Wilhelm Magnus, Abraham Karrass, Donald Solitar: Combinatorial group theory
Presentations of groups in terms of
generators and relations
This book contains an exposition of those parts of group theory which arise from the presentation of groups in terms of generators and defining relations. Groups appear naturally in this form in certain topological problems, and the first serious contributions to this part of group theory were made by Poincaré, Dehn, Tietze, and other topologists. The name "Combinatorial Group Theory" refers to the frequent occurrence of combinatorial methods, which seem to be characteristic of this discipline.
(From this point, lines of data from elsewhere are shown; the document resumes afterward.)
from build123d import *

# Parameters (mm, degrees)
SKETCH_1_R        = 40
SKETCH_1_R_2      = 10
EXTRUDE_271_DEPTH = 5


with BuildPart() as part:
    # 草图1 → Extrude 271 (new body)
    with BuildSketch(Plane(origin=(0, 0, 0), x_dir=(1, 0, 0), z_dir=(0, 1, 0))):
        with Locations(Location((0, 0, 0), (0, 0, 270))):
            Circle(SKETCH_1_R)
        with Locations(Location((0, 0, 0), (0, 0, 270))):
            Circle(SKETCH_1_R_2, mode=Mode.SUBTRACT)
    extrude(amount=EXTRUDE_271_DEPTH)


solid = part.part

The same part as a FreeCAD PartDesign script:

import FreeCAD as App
import Part
import Sketcher
Q = App.Units.Quantity

doc = App.newDocument("Part")
body = doc.addObject("PartDesign::Body", "Body")

# Sketch on XZ plane
sketch1 = body.newObject("Sketcher::SketchObject", "Sketch")
sketch1.AttachmentSupport = (doc.getObject("XZ_Plane"), [""])
sketch1.MapMode = "FlatFace"
sketch1.addGeometry(Part.Circle(App.Vector(0, 0, 0), App.Vector(0, 0, 1), 40), False)
sketch1.addGeometry(Part.Circle(App.Vector(0, 0, 0), App.Vector(0, 0, 1), 10), False)
sketch1.addConstraint(Sketcher.Constraint("Coincident", 0, 3, -1, 1))
sketch1.addConstraint(Sketcher.Constraint("Coincident", 1, 3, -1, 1))
sketch1.addConstraint(Sketcher.Constraint("Diameter", 0, Q("80 mm")))
sketch1.addConstraint(Sketcher.Constraint("Diameter", 1, Q("20 mm")))
pad1 = body.newObject("PartDesign::Pad", "Pad")
pad1.Profile = sketch1
pad1.Length = 5
pad1.Reversed = True

doc.recompute()
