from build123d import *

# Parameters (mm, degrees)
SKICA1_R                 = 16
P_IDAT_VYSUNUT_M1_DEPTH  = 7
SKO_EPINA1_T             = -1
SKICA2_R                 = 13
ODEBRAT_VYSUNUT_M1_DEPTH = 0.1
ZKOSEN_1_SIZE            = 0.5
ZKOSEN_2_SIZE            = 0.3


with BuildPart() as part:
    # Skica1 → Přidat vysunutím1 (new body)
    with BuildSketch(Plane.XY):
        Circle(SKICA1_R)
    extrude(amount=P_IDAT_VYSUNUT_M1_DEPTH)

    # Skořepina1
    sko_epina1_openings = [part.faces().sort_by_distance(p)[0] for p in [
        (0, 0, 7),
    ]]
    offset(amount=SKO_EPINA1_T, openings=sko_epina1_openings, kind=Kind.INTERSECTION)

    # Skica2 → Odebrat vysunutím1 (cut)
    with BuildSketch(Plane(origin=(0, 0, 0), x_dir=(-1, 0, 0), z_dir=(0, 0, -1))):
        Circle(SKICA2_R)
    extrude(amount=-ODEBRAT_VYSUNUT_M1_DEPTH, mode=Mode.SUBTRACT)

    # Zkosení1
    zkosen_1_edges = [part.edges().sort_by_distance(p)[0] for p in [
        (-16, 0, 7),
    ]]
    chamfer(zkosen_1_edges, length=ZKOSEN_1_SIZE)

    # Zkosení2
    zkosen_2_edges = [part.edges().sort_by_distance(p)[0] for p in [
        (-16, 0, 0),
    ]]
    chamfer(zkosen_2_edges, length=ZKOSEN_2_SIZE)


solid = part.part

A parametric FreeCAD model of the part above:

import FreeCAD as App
import Part
import Sketcher
Q = App.Units.Quantity


def edges_at(feature, points):
    """Names of the edges that pass closest to the given points."""
    edges = feature.Shape.Edges
    near = lambda p: min(range(len(edges)), key=lambda i: edges[i].distToShape(Part.Vertex(*p))[0])
    return sorted({f"Edge{near(p) + 1}" for p in points})


def faces_at(feature, points):
    """Names of the faces that lie closest to the given points."""
    faces = feature.Shape.Faces
    near = lambda p: min(range(len(faces)), key=lambda i: faces[i].distToShape(Part.Vertex(*p))[0])
    return sorted({f"Face{near(p) + 1}" for p in points})

doc = App.newDocument("Part")
body = doc.addObject("PartDesign::Body", "Body")

# Sketch on XY plane
sketch1 = body.newObject("Sketcher::SketchObject", "Sketch")
sketch1.AttachmentSupport = (doc.getObject("XY_Plane"), [""])
sketch1.MapMode = "FlatFace"
sketch1.addGeometry(Part.Circle(App.Vector(0, 0, 0), App.Vector(0, 0, 1), 16), False)
sketch1.addConstraint([
    Sketcher.Constraint("Coincident", 0, 3, -1, 1),
    Sketcher.Constraint("Diameter", 0, Q("32 mm")),
])
pad1 = body.newObject("PartDesign::Pad", "Pad")
pad1.Profile = sketch1
pad1.Length = 7
doc.recompute()

thickness = body.newObject("PartDesign::Thickness", "Thickness")
thickness.Base = (pad1, faces_at(pad1, [(0, 0, 7)]))
thickness.Value = 1
thickness.Reversed = True
thickness.Join = "Intersection"

# Sketch on XY plane
sketch2 = body.newObject("Sketcher::SketchObject", "Sketch001")
sketch2.AttachmentSupport = (doc.getObject("XY_Plane"), [""])
sketch2.MapMode = "FlatFace"
sketch2.addGeometry(Part.Circle(App.Vector(0, 0, 0), App.Vector(0, 0, 1), 13), False)
sketch2.addConstraint([
    Sketcher.Constraint("Coincident", 0, 3, -1, 1),
    Sketcher.Constraint("Diameter", 0, Q("26 mm")),
])
pocket1 = body.newObject("PartDesign::Pocket", "Pocket")
pocket1.Profile = sketch2
pocket1.Length = 0.1
pocket1.Reversed = True
doc.recompute()

chamfer = body.newObject("PartDesign::Chamfer", "Chamfer")
chamfer.Base = (pocket1, edges_at(pocket1, [(-16, 0, 7)]))
chamfer.Size = 0.5
doc.recompute()

chamfer2 = body.newObject("PartDesign::Chamfer", "Chamfer001")
chamfer2.Base = (chamfer, edges_at(chamfer, [(-16, 0, 0)]))
chamfer2.Size = 0.3

doc.recompute()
The book is meant to be used as a textbook for beginning graduate students who are acquainted with the elements of group theory and linear algebra. The first two chapters are of a fairly elementary nature, and a particularly large number of exercises were included in these parts. The exercises are not always easy ones, but the hints given are usually broad enough to make them so. Some interesting results have been presented in the form of exercises; the text proper does not make use of these results except where specifically indicated. (It is a good idea for the reader to examine the exercises even if he does not wish to attempt them.)
There is not very much overlapping of the topics presented here with those treated in the books on group theory by A Kurosh and by Marshall Hall, Jr. The subjects of Nielsen Transformations (Chapter 3), Free and Amalgamated Products (Chapter 4), and Commutator Calculus (Chapter 5) are treated here in a more detailed fashion than in the works of Kurosh and of Hall.
All theorems which are labelled with a number are proved in full. However, we have stated some advanced results without proof, whenever the original proofs were long and could not be amalgamated with the main body of the text. Such results are stated either as theorems labelled with the name of the author (e.g., Grushko's Theorem) or with a letter and number (e.g., Theorems N1 to N13 on Nielsen transformations, or T1 to T5 on topological aspects).
We have tried to give references to relevant papers and monographs in the later parts of the book (after the first two chapters). Usually, such references are collected at the end of each section under the heading "References and Remarks."
The sixth (and last) chapter contains a brief survey of some recent developments. It is hardly necessary to say that we could not even try to give a complete account. We are painfully aware of the many gaps. Some methods and results, as well as references, may have escaped our attention altogether.
Over the years, we have received suggestions and criticisms from many mathematicians, and we owe much to comments from our colleagues as well as from our students. We also wish to acknowledge the help given to us by the National Science Foundation which, through several grants given to New York University and Adelphi University, facilitated the cooperation of the authors.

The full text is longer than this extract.